If your child has ear tubes in place, talk with your doctor before allowing her to swim. If your doctor allows your child to swim, you should still restrict her from diving or dunking her head under water as much as possible. Water can dislodge the ear tubes, especially if your child dives deep, where the water pressure becomes greater. The College of Medicine at the University of Florida warns that you should only allow your child to swim in clear, chlorinated water found in pools -- and avoid the un-chlorinated water found in springs, lakes and oceans. The bacteria found in un-chlorinated water puts your child at a higher risk of developing an infection.

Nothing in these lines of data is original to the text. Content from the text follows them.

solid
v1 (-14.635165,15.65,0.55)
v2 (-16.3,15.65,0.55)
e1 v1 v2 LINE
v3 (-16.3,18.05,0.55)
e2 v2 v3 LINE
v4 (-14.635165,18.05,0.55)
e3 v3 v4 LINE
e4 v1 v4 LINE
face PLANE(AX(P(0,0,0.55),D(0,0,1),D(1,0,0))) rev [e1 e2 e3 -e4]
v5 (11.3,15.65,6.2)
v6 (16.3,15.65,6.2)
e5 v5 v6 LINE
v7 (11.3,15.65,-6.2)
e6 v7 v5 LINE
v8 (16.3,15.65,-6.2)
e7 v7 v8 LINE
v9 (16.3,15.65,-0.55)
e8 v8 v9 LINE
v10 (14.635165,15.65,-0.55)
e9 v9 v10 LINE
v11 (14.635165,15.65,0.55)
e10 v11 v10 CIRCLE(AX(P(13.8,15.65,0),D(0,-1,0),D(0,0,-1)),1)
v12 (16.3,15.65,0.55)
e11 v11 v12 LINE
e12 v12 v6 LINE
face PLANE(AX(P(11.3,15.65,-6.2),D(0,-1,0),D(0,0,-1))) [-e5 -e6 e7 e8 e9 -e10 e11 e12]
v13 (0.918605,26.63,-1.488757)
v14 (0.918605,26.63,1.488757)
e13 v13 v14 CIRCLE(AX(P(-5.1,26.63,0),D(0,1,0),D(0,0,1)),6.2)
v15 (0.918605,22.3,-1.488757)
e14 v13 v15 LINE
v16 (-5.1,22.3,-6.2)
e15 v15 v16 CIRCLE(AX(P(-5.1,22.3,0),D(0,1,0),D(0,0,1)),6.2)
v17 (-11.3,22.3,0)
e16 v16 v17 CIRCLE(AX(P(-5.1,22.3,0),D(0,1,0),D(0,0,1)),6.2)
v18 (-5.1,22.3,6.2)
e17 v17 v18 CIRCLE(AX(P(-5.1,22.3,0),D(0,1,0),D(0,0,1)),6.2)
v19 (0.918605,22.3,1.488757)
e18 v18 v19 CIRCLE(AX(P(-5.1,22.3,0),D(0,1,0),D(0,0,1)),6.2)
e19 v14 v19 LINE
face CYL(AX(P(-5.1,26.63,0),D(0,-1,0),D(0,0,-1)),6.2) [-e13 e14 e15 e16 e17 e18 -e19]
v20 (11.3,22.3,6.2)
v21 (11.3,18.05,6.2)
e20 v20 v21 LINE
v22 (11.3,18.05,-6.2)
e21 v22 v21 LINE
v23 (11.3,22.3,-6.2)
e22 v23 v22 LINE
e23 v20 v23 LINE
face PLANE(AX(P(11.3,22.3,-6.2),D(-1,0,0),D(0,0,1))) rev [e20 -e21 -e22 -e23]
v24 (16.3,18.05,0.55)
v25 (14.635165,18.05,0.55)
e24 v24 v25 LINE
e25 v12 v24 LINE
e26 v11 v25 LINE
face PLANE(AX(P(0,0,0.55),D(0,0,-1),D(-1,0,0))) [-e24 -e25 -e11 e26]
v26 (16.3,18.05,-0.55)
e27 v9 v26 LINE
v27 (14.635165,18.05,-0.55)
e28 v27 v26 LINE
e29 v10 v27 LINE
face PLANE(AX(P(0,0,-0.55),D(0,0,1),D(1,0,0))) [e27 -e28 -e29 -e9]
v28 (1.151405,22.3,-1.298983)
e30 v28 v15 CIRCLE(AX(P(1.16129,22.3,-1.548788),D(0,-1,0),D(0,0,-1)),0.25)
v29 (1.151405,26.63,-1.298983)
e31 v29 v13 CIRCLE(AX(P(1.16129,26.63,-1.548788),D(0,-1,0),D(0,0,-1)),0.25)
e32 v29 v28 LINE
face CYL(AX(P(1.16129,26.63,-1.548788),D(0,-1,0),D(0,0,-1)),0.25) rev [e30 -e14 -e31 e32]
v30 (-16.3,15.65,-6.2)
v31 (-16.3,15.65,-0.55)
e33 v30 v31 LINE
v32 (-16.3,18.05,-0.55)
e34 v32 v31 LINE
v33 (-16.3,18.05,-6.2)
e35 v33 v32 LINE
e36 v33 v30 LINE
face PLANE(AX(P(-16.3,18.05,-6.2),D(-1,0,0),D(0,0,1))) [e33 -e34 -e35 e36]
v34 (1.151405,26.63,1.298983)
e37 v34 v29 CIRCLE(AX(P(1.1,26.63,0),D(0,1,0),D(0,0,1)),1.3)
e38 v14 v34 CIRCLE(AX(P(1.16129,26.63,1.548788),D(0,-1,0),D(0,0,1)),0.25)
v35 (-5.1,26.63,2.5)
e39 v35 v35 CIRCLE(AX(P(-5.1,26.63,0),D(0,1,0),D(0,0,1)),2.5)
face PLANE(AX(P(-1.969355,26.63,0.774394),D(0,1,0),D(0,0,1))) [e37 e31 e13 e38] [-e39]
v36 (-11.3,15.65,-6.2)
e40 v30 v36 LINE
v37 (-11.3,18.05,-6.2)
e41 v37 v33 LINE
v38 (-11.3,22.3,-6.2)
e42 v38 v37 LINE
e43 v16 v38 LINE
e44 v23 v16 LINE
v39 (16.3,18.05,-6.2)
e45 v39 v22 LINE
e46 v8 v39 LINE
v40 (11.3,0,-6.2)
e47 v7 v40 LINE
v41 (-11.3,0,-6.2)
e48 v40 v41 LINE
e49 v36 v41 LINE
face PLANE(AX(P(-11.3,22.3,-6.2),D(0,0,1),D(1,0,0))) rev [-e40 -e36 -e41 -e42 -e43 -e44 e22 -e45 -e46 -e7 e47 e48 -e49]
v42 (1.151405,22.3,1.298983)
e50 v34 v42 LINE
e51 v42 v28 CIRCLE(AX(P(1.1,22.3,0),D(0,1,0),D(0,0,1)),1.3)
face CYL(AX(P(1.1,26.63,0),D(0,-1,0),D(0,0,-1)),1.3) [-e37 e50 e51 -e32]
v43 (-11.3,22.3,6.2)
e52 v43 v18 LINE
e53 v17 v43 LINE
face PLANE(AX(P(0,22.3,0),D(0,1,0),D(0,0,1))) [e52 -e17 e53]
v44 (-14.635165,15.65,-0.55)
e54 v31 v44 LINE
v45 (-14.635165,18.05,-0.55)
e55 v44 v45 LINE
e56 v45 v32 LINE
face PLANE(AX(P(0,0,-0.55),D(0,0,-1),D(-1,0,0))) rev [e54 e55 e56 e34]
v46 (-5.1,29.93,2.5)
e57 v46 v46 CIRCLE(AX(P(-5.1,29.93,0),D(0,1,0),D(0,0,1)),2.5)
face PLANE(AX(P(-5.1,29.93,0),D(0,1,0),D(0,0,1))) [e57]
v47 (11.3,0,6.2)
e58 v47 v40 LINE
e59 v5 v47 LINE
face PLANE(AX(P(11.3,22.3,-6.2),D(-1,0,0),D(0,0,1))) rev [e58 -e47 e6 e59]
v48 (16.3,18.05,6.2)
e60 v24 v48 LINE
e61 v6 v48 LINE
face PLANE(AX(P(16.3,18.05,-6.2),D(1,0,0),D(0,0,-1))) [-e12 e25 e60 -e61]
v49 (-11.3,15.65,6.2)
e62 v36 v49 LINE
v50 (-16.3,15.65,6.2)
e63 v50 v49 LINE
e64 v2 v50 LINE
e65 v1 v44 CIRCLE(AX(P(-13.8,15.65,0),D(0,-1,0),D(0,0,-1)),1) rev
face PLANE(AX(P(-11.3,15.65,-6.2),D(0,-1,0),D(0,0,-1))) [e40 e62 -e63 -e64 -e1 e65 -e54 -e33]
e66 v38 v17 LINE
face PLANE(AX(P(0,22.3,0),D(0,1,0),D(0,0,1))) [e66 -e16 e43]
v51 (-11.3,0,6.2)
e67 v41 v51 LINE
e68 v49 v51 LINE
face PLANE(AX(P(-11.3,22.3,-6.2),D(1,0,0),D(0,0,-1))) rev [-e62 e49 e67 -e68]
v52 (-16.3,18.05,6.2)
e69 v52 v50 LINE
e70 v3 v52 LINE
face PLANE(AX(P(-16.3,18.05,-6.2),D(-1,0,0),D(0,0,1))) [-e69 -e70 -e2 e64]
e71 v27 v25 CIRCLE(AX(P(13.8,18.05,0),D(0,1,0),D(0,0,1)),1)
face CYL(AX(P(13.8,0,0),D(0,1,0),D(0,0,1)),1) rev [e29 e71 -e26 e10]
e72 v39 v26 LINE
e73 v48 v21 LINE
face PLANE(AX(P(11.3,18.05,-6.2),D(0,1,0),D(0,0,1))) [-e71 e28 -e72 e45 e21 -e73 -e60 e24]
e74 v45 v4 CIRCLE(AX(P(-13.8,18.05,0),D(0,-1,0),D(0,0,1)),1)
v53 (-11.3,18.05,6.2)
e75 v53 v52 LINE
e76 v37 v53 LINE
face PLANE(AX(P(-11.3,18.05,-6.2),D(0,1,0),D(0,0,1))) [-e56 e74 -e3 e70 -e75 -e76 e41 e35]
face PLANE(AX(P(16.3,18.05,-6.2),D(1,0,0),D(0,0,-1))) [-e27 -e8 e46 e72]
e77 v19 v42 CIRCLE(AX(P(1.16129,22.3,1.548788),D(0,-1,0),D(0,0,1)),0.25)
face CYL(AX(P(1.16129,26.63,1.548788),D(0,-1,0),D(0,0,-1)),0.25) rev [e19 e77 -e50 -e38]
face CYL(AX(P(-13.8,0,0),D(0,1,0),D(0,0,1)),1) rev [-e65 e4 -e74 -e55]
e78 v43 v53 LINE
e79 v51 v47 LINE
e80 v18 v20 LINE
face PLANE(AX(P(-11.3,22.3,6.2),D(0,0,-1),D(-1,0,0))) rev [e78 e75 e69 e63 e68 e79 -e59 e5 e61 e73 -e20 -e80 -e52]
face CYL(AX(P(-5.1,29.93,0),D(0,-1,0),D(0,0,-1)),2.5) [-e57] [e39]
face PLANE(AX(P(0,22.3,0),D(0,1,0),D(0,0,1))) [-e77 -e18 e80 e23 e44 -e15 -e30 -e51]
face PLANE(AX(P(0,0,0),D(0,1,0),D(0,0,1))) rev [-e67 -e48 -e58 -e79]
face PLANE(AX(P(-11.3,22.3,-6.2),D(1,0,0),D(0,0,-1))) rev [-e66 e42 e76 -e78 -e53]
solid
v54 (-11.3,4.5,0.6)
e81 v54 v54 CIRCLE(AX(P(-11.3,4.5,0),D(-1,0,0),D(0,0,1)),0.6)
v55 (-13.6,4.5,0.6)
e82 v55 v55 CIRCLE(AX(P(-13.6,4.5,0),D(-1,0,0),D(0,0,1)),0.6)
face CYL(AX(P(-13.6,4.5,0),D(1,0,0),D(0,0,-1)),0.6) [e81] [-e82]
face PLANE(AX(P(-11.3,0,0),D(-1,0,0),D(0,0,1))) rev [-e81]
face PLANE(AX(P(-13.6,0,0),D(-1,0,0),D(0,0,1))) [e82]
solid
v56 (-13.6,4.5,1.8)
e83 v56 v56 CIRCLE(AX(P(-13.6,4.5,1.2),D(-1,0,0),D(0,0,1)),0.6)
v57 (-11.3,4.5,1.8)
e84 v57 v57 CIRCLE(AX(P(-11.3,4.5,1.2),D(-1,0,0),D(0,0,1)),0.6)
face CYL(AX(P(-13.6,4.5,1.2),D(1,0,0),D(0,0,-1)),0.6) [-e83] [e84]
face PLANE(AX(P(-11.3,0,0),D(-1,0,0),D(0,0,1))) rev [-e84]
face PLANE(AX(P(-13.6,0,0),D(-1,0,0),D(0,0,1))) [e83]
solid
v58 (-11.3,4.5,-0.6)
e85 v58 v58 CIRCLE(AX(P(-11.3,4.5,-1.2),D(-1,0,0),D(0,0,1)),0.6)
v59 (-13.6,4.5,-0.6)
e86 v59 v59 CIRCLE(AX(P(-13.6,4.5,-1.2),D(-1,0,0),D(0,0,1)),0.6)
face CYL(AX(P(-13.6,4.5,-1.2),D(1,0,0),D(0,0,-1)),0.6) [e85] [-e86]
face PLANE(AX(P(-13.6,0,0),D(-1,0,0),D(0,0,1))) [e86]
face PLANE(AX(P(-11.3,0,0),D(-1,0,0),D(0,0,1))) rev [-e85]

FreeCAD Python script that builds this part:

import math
import FreeCAD as App
import Part
import Sketcher

V = App.Vector

doc = App.newDocument("Part")
params = doc.addObject("Spreadsheet::Sheet", "Params")
for row, (alias, value) in enumerate([
    ("sketch1_width", "22.6 mm"),
    ("sketch1_height", "12.4 mm"),
    ("pad1_length", "22.3 mm"),
    ("sketch2_width", "5 mm"),
    ("sketch2_height", "2.4 mm"),
    ("pad2_length", "12.4 mm"),
    ("sketch3_radius", "1 mm"),
    ("sketch3_height", "1.1 mm"),
    ("sketch4_radius", "6.2 mm"),
    ("sketch4_radius2", "1.3 mm"),
    ("sketch4_radius3", "0.25 mm"),
    ("pad3_length", "4.33 mm"),
    ("sketch5_diameter", "5 mm"),
    ("pad4_length", "3.3 mm"),
    ("sketch6_diameter", "1.2 mm"),
    ("pad5_length", "2.3 mm"),
    ("sketch7_diameter", "1.2 mm"),
    ("pad6_length", "2.3 mm"),
    ("sketch8_diameter", "1.2 mm"),
    ("pad7_length", "2.3 mm"),
], start=1):
    params.set(f"A{row}", alias)
    params.set(f"B{row}", "=" + value)
    params.setAlias(f"B{row}", alias)

body = doc.addObject("PartDesign::Body", "Body")

sketch1 = body.newObject("Sketcher::SketchObject", "Sketch")
sketch1.AttachmentSupport = (doc.getObject("XZ_Plane"), [""])
sketch1.MapMode = "FlatFace"
sketch1.addGeometry([
    Part.LineSegment(V(-11.3, -6.2, 0), V(-11.3, 6.2, 0)),
    Part.LineSegment(V(-11.3, 6.2, 0), V(11.3, 6.2, 0)),
    Part.LineSegment(V(11.3, 6.2, 0), V(11.3, -6.2, 0)),
    Part.LineSegment(V(11.3, -6.2, 0), V(-11.3, -6.2, 0)),
], False)
sketch1.addConstraint([
    Sketcher.Constraint("Coincident", 0, 2, 1, 1),
    Sketcher.Constraint("Coincident", 1, 2, 2, 1),
    Sketcher.Constraint("Coincident", 2, 2, 3, 1),
    Sketcher.Constraint("Coincident", 3, 2, 0, 1),
    Sketcher.Constraint("Vertical", 0),
    Sketcher.Constraint("Horizontal", 1),
    Sketcher.Constraint("Vertical", 2),
    Sketcher.Constraint("Horizontal", 3),
    Sketcher.Constraint("Symmetric", 0, 2, 2, 2, -1, 1),
    Sketcher.Constraint("DistanceX", 1, 1, 1, 2, 22.6),
    Sketcher.Constraint("DistanceY", 0, 1, 0, 2, 12.4),
])
sketch1.setExpression("Constraints[9]", "Params.sketch1_width")
sketch1.setExpression("Constraints[10]", "Params.sketch1_height")
pad1 = body.newObject("PartDesign::Pad", "Pad")
pad1.Profile = sketch1
pad1.setExpression("Length", "Params.pad1_length")
pad1.Reversed = True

Reducing the Risk of Infection

Earplugs or swimming caps may help reduce the risk of water and bacteria entering the ear during swimming. Most drugstore ear plugs work effectively, but many audiologists also offer custom fitted earplugs for children with ear tubes. If your child gets water trapped in an ear after swimming, drain it. Have her lay on her side with the water-logged ear facing down for 10 to 15 minutes. The Nemour Foundation also recommends drying your child's ears with a hair dryer on a low setting after she gets out of the pool.

Swimmer's Ear

Swimmer's ear occurs when bacteria enters the ear canal via moisture. Water that contains bacteria prior to entering the ear can cause an infection, as can water that gathers and breeds bacteria as it sits in the ear undrained. Children with ear tubes in place cannot use over-the-counter alcohol ear-drops to help dry out the ear, putting them at greater risk of infection if water does get lodged. If your child has ear tubes and gets an infection after swimming, immediately contact your doctor. The doctor will likely prescribe an oral antibiotic or antibiotic ear-drops.